Even in the predawn darkness Miz LaGrande looked frail, not quite recovered from the dysentery. But she was dressed finely in a linen summer dress, with her hair done and a straw sun hat pinned in place, even though there was no sun. She carried a little clutch bag, and she was crossing the Larousse back lawn with precise steps of her sandaled feet.
Omar’s special deputies, the heavily armed locals he’d summoned to his aid, stepped back to permit the old woman to pass.
“What are you doing here at this hour?” Omar asked. “You’ve been ill- you should be in bed.”
Mrs. Ashenden walked to the back door, looked up at Omar. “May we speak, Sheriff Paxton?” he said.
“I’m very busy, Mrs. Ashenden. We have a bad situation here.”
Her lips pursed. “So I gather. That is the situation we need to discuss.”
Omar’s head whirled. He drew back from the door. “I hope we can make this brief,” he said.
Mrs. Ashenden entered, and Sorrel Ellen, damn him, turned around and followed her. “This is not a safe place for either of you to be,” Omar said. “We’ve got a bunch of coldblooded killers in the library, and-”
Mrs. Ashenden carried with her the scent of talc and rose water. “I have had a visit, Sheriff,” she said crisply. “From a refugee who had been at the A.M.E. camp.”
Omar stood in astonished silence. Think! he told himself.
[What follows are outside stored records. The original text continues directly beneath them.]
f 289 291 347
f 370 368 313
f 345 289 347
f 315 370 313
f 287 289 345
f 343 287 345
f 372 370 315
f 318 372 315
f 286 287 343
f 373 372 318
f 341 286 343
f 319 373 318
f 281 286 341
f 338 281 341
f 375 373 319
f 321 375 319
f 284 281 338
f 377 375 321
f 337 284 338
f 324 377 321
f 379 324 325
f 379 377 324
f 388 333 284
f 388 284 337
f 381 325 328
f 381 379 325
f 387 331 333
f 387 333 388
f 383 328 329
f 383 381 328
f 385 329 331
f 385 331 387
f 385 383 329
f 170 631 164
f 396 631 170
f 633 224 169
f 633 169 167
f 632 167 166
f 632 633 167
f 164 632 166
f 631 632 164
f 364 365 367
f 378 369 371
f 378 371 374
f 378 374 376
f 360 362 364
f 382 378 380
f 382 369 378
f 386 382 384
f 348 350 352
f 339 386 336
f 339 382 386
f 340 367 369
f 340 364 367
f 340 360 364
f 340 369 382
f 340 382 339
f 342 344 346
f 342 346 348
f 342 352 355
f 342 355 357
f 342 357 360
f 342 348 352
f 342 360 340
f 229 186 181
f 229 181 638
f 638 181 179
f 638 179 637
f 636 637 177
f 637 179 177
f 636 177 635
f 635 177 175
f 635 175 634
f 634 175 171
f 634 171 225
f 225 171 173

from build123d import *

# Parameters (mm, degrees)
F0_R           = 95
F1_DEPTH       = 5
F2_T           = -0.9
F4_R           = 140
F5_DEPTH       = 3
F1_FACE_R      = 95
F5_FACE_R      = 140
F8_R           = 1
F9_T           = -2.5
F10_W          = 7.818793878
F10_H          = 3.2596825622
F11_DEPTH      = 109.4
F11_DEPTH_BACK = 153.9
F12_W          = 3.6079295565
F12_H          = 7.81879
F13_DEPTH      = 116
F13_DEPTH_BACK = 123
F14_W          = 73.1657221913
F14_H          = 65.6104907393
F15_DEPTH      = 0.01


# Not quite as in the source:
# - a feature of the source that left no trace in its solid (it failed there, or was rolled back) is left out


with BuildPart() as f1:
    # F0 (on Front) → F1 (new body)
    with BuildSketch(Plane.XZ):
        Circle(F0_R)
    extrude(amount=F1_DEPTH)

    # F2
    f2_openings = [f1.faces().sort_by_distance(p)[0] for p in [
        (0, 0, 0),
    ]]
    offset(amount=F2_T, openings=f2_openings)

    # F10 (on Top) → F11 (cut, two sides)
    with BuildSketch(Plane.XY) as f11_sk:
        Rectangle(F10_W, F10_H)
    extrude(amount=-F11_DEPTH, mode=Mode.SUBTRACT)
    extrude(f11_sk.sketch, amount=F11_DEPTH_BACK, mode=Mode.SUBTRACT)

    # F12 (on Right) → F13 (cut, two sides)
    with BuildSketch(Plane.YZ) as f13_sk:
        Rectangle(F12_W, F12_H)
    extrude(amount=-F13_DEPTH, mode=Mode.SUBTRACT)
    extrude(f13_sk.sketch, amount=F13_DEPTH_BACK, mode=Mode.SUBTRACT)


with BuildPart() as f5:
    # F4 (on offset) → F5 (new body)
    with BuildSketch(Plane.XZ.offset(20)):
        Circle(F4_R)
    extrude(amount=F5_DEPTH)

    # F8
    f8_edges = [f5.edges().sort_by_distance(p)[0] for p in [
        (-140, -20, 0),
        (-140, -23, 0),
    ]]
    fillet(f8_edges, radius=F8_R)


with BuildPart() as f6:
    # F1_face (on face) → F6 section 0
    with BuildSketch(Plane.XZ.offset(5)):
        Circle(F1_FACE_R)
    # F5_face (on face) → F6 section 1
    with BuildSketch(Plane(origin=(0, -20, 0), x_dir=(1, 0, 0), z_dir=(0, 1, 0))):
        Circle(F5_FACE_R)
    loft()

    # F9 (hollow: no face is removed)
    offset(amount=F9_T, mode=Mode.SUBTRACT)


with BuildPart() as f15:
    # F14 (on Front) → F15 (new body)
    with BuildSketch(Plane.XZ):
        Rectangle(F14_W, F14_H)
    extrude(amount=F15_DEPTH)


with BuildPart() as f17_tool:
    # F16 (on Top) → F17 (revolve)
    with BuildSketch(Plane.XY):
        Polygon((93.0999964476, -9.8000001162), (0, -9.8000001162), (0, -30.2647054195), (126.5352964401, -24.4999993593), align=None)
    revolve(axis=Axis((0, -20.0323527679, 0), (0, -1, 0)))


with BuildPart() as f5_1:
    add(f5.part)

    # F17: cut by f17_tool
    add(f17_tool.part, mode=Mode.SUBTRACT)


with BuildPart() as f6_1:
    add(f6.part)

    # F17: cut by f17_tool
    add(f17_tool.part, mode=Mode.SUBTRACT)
“The gentlemen described some of the activities inflicted on the people in the camp,” Mrs. Ashenden said. “The shootings, the riots. The- the activities that provoked this violent response.”
Sorrel blinked for a surprised moment at Mrs. Ashenden, then reached for his notebook.
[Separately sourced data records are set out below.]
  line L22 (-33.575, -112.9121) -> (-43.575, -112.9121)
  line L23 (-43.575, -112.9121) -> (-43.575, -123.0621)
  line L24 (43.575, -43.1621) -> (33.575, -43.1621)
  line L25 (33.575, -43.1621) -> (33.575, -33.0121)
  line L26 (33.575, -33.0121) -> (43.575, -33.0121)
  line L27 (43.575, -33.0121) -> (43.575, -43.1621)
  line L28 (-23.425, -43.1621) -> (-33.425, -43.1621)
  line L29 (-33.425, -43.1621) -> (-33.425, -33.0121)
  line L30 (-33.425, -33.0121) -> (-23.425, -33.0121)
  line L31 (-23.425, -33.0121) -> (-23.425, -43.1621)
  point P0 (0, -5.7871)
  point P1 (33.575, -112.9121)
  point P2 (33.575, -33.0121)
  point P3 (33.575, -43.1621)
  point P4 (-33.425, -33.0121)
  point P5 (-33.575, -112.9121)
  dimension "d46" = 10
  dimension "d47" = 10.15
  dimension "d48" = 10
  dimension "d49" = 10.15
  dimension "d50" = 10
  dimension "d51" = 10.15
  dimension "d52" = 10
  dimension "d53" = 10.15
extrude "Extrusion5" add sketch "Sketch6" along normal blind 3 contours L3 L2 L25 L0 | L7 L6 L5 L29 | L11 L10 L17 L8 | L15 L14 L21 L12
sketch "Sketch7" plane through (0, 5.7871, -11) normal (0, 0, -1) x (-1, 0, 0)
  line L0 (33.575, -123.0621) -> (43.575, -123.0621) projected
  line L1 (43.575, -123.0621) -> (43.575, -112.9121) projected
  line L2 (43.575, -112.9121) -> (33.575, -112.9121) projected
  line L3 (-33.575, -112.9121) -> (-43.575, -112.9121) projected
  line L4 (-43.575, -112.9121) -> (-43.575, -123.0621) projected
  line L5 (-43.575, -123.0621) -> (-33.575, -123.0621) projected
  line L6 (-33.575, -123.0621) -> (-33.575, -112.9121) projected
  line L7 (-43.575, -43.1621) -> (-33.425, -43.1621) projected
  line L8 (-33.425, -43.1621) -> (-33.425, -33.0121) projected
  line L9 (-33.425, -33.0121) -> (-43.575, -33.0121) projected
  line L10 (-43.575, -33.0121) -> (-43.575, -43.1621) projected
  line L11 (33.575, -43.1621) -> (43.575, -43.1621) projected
“I don’t know anything about that,” Omar said. His voice seemed to be coming from another place, from far away. “I haven’t been to that camp in days. You know that. You know I’ve been at Clarendon.”
She looked up at him, eyes glittering in the moonlight. “That’s possible,” she said. “But in any case I fear that the situation has gone beyond our ability to cope with it. We shall need to open negotiations with those people in the library, and also summon aid from the emergency authorities, perhaps the national government. They can send in soldiers, FBI men, trained negotiators.”
Keep the fence up, Omar thought. Keep it up till dawn, at least. Then get over the Bayou on Merle’s boat and get out of here.
“They are murderers, ma’am,” Omar said. “They killed my deputies. They killed Merle out on the lawn not two hours ago. I am not negotiating with them.”
Mrs. Ashenden gave a precise little nod. “That is precisely why you should not negotiate,” she said. “That is why I want someone else to talk with those people in the library.”
“You know it will be a black eye for Spottswood Parish if we have to call in help. I think my department is capable of dealing with this once the sun comes up and we can get a better look at the situation.”
“Excuse me,” Sorrel said, his pen poised on his notebook. “Could I have some clarification regarding these shootings and riots that Mrs. Ashenden mentioned?”
Omar felt sweat breaking out on his throat, on his forehead. “You know two people got killed when we fenced the camp,” he said. “You know there was a riot when Dr. Patel and the Red Cross came to inspect the place. If anything else happened down there, Jedthus didn’t tell me about it.”
“Sheriff Paxton,” Mrs. Ashenden said, “you’ve lost control of the situation. Will you call for assistance, or will you not?”
Omar drew himself up, and hitched his gun belt higher on his hips. “Mrs. Ashenden,” he said. “You have no official standing in this parish. You can’t give me orders. Now, why don’t you go home and go to bed? You’ve been ill and should get your rest.”
“I will speak to members of the parish council,” she said.
“We have just had a major earthquake. I imagine they’re very busy.”
“I will use the nice satellite phones the Emergency Management people gave us.”
Omar looked down at her. Exasperation and headache beat each other to a standstill in his skull.
“Just let me alone to deal with this situation, Mrs. Ashenden,” he said. He reached out and took her arm. “I would appreciate it if you would leave and let me get on with my business.”
Mrs. Ashenden seemed a little taken aback as Omar took her through the kitchen to the back door- perhaps none of her inferiors had ever laid hands on her this way. Omar dropped her arm, then held the screen door open for her to pass out of the house.